Advanced Child Life Practice Track
When a Caregiver is Terminally Ill: Helping Families Navigate End-of-Life Conversations – Mackenize Liberta, MA, CCLS, GC-C
This presentation explores how to support adult patients with terminal illness in discussing death and dying with their children. It highlights the challenges care teams face in guiding these conversations and emphasizes the importance of developmentally appropriate communication. Participants will learn practical strategies and gain tools to help families navigate these difficult discussions with greater confidence and support
Unmasking the Mysteries: How to Talk with Children about What Happens at a Funeral Home – Becky Lomaka, MA, CT, FT
Communicate a summary of the options, choices and decisions client families will face when making funeral or other memorial arrangements, including an understanding of the basics of cremation, embalming, and other procedures related to end-of-life care. Provide practical tools for Child Life Specialists when talk with children about what happens at a funeral home.
Addressing Palliative and End-of-Life Disparities for Hispanic, Spanish-Speaking Children with Cancer – Dr. Katie Gradick, MD, MHS
Hispanic, particularly Spanish-preferring, families of children with poor prognosis cancers report disparities compared with non-Hispanic families, including inconsistent interpreter use, inappropriate use of bilingual children as interpreters, confusion about prognosis and treatment, perceived discrimination, and inadequate end of life anticipatory guidance. This session presents qualitative data from families about their experiences at a tertiary children’s hospital in the Intermountain west, and outlines opportunities for addressing these disparities.
Don’t Forget About Us: Father’s Experience in Caring for Children with Life-Limiting Diagnoses and Interventions to Ensure Involvement. – Thuy Uyen Vo, MSW, LSW & Scott Adair Cox, MSW, LCSW, Doctoral Student, ELNEC Trainer, EMDR and CCTP II Trained, Grief Trained, RBT Trained, Triple P and Nurturing Families Trained.
Fathers' involvement in their child's medical journey is influenced by numerous expectations and responsibilities. These variables impact their physical and emotional availability when caring for a child diagnosed with a life-limited condition. This presentation will provide a literature review on father's role and experience caring for children involved in hospice and palliative care. This presentation will also provide strategies to understand the father's needs, encourage their involvement in their child's medical journey, and discuss interventions to support their emotional needs through this process.
Essential Skills for Interdisciplinary Team Track
The Long Goodbye: Accompanying Children and Families Through the Many Layers of Loss Before and After a Loved One’s Death. – Kelsi Hildreth-Wilson, MS, CCLS & Tessa Whitten, CCLS
Children experiencing the serious illness or death of a loved one often face profound emotional and developmental challenges. When these experiences occur in adult medical settings, families may have limited access to child-specific psychosocial support, leaving caregivers uncertain about how best to help their children cope. This presentation, Collaborating with Caregivers to Support Children through a Loved One’s Serious Illness or Death, highlights the role of Certified Child Life Specialists (CCLS) in bridging this gap through developmentally appropriate education, emotional support, and grief interventions for children across all stages of the illness and bereavement process.

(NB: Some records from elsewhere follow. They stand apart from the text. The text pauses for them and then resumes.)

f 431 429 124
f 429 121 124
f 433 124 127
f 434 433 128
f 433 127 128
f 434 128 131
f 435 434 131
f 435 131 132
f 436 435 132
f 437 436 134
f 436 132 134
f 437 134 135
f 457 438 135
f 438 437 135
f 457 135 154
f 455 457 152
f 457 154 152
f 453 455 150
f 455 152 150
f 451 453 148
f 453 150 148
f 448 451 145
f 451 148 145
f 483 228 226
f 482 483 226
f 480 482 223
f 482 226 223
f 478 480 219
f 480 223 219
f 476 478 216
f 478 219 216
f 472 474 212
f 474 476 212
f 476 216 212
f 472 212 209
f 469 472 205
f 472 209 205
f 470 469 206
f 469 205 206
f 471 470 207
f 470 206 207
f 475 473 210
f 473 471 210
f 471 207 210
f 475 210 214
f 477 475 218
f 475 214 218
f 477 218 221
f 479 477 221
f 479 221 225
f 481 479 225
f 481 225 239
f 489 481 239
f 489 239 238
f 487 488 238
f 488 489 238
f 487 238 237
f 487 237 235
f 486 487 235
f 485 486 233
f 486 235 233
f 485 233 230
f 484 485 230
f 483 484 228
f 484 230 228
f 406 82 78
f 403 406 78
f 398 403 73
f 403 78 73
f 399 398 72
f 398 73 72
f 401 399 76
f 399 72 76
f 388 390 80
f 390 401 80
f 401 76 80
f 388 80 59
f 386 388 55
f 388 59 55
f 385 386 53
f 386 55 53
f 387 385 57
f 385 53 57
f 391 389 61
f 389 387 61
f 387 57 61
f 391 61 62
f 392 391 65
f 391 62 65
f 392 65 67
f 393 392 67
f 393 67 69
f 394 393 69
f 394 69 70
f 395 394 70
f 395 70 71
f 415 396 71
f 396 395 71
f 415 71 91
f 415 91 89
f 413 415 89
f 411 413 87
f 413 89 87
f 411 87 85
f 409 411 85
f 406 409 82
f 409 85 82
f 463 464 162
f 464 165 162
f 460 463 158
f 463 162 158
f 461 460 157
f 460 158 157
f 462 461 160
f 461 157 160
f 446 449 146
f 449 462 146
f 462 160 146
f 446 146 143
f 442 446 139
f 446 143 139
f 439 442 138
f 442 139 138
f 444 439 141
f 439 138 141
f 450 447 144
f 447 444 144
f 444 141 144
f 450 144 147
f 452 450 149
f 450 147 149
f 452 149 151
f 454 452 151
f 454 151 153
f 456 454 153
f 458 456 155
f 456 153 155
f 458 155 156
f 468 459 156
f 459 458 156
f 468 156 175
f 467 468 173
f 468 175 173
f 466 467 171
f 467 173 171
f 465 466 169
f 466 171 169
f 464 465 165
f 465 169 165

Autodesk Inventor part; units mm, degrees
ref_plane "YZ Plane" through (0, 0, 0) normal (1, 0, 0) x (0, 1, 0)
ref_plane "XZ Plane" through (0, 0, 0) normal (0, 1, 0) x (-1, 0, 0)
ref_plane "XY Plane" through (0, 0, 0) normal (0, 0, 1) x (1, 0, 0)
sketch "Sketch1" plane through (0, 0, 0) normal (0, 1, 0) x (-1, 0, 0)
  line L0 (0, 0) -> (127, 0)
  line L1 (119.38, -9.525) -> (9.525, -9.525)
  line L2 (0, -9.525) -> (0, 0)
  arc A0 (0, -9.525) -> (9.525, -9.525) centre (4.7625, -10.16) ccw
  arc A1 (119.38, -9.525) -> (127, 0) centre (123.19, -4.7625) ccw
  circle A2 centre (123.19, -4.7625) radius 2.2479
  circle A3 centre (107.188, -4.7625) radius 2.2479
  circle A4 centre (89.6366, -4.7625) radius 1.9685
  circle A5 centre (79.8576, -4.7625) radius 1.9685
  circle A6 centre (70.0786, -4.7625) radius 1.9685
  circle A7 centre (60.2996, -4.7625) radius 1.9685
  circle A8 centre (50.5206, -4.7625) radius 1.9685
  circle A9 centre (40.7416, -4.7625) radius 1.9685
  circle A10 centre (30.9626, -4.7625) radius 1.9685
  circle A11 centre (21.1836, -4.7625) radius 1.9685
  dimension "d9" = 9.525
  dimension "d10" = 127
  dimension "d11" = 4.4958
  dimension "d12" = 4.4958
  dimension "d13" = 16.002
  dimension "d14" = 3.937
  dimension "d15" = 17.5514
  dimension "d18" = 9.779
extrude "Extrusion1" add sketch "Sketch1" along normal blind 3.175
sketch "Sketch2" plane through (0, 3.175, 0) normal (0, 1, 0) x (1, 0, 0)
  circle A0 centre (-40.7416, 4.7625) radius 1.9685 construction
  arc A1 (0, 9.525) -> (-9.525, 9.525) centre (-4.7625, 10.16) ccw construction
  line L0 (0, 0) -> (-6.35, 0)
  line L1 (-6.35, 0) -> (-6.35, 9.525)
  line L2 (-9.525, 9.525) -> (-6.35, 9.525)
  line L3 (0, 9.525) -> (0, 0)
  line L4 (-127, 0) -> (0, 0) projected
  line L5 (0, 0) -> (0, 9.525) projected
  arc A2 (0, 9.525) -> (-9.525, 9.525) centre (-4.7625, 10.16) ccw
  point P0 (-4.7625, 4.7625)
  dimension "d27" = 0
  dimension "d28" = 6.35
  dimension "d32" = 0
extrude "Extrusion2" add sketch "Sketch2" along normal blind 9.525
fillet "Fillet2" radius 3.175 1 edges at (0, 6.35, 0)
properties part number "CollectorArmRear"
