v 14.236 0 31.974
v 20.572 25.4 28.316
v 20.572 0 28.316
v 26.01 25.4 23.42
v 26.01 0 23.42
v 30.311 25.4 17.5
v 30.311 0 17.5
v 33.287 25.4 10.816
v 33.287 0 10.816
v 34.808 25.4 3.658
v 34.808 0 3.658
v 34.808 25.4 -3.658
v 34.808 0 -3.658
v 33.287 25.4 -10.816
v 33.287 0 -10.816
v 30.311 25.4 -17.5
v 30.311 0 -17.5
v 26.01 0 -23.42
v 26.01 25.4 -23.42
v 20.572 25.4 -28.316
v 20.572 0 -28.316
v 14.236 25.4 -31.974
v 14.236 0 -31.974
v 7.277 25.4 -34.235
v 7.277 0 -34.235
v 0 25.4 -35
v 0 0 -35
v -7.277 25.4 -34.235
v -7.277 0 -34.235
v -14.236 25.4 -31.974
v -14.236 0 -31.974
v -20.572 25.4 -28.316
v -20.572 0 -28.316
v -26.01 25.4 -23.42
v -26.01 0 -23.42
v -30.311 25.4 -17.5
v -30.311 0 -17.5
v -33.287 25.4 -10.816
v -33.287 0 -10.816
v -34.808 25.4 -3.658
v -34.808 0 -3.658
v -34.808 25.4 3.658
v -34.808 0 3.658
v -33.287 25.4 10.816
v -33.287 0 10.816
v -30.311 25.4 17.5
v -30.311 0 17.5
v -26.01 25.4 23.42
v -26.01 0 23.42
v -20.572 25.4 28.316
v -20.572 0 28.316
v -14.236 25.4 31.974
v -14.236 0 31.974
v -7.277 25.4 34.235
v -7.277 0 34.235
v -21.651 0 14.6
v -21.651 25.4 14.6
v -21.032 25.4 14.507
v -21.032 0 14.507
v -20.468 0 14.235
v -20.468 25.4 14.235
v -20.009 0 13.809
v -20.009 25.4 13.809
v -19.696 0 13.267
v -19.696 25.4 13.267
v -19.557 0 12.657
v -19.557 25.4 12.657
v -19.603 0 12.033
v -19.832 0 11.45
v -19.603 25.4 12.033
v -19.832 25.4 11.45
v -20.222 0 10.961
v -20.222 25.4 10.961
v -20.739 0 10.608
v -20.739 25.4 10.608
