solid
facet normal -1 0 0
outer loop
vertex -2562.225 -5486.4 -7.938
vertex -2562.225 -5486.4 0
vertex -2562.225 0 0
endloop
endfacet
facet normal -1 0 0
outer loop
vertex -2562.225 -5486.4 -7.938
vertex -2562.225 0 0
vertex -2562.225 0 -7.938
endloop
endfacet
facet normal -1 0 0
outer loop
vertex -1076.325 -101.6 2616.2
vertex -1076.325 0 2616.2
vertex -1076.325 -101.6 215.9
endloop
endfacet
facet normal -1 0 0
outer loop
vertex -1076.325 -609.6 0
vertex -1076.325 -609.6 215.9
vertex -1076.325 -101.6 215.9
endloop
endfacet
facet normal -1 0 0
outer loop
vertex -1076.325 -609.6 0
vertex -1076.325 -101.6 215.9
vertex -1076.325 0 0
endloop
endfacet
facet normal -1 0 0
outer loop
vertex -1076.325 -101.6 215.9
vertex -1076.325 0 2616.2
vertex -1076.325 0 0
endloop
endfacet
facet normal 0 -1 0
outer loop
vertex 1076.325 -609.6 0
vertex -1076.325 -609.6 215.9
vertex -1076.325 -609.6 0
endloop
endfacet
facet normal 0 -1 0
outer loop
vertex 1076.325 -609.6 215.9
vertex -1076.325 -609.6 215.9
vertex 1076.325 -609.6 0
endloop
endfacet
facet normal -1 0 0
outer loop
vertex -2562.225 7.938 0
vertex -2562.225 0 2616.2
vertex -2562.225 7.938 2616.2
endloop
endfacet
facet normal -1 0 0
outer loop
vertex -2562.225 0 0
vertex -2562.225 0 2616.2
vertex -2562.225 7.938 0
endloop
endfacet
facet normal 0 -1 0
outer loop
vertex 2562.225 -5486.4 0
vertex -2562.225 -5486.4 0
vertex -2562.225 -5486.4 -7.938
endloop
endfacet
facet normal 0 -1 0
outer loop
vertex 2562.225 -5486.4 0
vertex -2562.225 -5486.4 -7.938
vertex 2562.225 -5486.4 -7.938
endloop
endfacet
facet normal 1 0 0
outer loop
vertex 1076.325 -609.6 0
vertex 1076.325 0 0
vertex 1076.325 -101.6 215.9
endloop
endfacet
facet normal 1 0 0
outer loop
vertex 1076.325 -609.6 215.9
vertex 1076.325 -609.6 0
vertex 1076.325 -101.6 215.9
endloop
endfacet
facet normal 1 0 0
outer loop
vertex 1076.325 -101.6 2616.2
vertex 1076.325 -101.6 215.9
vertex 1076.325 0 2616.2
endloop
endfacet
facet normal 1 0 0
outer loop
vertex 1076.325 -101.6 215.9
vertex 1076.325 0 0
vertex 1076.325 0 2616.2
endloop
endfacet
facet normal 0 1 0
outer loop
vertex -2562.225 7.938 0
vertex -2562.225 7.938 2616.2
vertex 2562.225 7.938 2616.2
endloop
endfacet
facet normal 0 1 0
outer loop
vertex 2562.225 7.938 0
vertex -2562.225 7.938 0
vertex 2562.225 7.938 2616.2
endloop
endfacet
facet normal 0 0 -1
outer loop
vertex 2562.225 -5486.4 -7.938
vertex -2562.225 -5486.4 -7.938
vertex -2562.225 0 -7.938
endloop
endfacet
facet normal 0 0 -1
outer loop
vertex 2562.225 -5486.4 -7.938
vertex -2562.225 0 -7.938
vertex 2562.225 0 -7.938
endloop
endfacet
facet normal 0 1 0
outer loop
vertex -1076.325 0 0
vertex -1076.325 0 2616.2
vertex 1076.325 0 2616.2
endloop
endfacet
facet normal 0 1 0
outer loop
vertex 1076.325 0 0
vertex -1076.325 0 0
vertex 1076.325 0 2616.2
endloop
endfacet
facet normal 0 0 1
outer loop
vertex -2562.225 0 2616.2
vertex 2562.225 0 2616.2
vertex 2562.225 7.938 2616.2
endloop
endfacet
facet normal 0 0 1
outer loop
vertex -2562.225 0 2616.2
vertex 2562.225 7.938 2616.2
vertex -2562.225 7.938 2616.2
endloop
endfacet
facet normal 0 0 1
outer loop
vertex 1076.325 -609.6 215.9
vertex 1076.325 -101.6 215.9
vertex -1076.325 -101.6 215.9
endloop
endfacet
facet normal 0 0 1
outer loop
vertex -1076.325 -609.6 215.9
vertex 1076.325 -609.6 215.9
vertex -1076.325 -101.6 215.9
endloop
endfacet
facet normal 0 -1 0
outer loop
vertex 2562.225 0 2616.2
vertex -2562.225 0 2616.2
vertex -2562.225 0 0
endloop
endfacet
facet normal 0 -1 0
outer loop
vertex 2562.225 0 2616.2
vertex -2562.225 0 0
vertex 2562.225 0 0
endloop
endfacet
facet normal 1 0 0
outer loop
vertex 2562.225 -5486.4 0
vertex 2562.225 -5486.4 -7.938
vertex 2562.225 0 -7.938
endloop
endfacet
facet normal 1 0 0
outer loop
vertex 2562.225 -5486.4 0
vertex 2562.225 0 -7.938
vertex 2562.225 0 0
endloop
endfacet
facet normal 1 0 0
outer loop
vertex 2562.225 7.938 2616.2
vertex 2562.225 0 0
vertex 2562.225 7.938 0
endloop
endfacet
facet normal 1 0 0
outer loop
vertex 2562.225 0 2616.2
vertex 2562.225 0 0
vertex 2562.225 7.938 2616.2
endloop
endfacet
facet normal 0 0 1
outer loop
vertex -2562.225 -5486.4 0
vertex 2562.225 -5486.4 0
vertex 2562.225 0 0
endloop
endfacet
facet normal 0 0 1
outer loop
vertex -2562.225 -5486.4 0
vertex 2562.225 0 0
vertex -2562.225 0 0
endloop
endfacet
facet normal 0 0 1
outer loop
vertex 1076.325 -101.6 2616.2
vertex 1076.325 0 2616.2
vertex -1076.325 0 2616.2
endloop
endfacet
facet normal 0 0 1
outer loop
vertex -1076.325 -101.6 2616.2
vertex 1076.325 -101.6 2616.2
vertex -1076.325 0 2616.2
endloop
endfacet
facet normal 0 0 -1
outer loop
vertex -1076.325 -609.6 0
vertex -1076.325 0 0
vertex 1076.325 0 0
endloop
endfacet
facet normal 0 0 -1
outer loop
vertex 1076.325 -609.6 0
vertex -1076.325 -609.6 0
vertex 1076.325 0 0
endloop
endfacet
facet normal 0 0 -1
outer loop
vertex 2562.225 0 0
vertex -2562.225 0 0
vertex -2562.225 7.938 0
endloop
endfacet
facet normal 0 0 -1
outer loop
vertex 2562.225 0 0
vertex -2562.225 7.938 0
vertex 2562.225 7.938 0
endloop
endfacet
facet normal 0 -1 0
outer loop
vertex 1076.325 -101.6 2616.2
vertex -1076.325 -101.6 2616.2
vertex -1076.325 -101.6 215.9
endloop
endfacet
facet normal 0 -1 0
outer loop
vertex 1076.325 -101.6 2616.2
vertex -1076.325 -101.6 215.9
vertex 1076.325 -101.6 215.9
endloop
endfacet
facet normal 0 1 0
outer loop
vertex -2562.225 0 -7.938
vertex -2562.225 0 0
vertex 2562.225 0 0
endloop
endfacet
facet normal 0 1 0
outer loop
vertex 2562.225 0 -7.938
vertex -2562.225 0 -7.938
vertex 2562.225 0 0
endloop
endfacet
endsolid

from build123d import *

# Parameters (mm, degrees)
F1_DEPTH = 5486.4
F0_W     = 1076.325
F0_H     = 215.9
F2_DEPTH = 609.6
F3_DEPTH = 101.6
F5_DEPTH = 7.9375


# Not quite as in the source:
# - a length typed as a fraction of an inch, garbled in the dataset ("3 / 203.2 mm" for 3/8 in), is restored


with BuildPart() as f1:
    # F0 (on Front) → F1 (new body)
    with BuildSketch(Plane.XZ):
        Polygon((-2562.225, 0), (-2562.225, -7.9375), (2562.225, -7.9375), (2562.225, 0), (1076.325, 0), (0, 0), (-1076.325, 0), align=None)
    extrude(amount=F1_DEPTH)


with BuildPart() as f2:
    # F0 (on Front) → F2 (new body)
    with BuildSketch(Plane.XZ):
        with Locations((538.1625, 107.95)):
            Rectangle(F0_W, F0_H)
        with Locations((-538.1625, 107.95)):
            Rectangle(F0_W, F0_H)
    extrude(amount=F2_DEPTH)

    # F0 (on Front) → F3 (join)
    with BuildSketch(Plane.XZ):
        Polygon((-1076.325, 2616.2), (-1076.325, 215.9), (0, 215.9), (1076.325, 215.9), (1076.325, 2616.2), align=None)
    extrude(amount=F3_DEPTH)


with BuildPart() as f5:
    # F4 (on Front) → F5 (new body)
    with BuildSketch(Plane.XZ):
        Polygon((-2562.225, 2616.2), (-2562.225, 0), (2562.225, 0), (2562.225, 2616.2), (1076.325, 2616.2), (-1076.325, 2616.2), align=None)
    extrude(amount=-F5_DEPTH)


solid = Compound([f1.part, f2.part, f5.part])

Children’s Books: Support for the Entire Family – Laura Camerona, CCLS
Children and families don’t just need support while they are in the hospital, and so, giving caregivers the vocabulary and the tools to have important conversations with their child is important. Caregivers have different levels of comfort with hard conversations and don’t have the time or mental capacity to memorize all of the dos and the don’ts. This presentation will help professionals see the benefits of using the simple language available in children’s books, expose them to a growing world of children’s literature, and share some simple tools to help a CCLS create customized books for families.
Drawing the Curtain: An Integrative Framework for Culturally Conscious Psychosocial Assessment of Children Experiencing Parent Loss. – Dr. Kia Ferrer, PhD, MS, CCLS, GC-C
This presentation will focus on action-based strategies for incorporating culturally conscious assessment for children of adult patients in palliative and hospice care, with a specific emphasis on engaging historically minoritized families in meaningful conversations about coping mechanisms, emotional well-being, and social support systems. The session will explore how healthcare providers can move beyond deficit perspectives and shift toward cultural consciousness, mitigating implicit bias and negative stereotypes, and facilitating family-centered discussions that address the unique circumstances influencing the children’s psychological and emotional health.
Put on Your Rainboots: Including and Supporting Children Through Serious Illness, Death, Dying, and Grief. – Shaindy Alexander, MSc, CCLS
When children and teens face illness or challenging times, their emotions can shift rapidly moving from joy to sadness, anger to calm, and everything in between. Much like jumping through puddles, they may leap from one emotional state to another in a matter of moments. In this session, we’ll explore the importance of meeting them where they are—joining them in their emotional “puddles”—to better understand their needs and provide meaningful, responsive support. Together, we’ll reflect on how to stay present, flexible, and compassionate as we walk alongside them through their journey.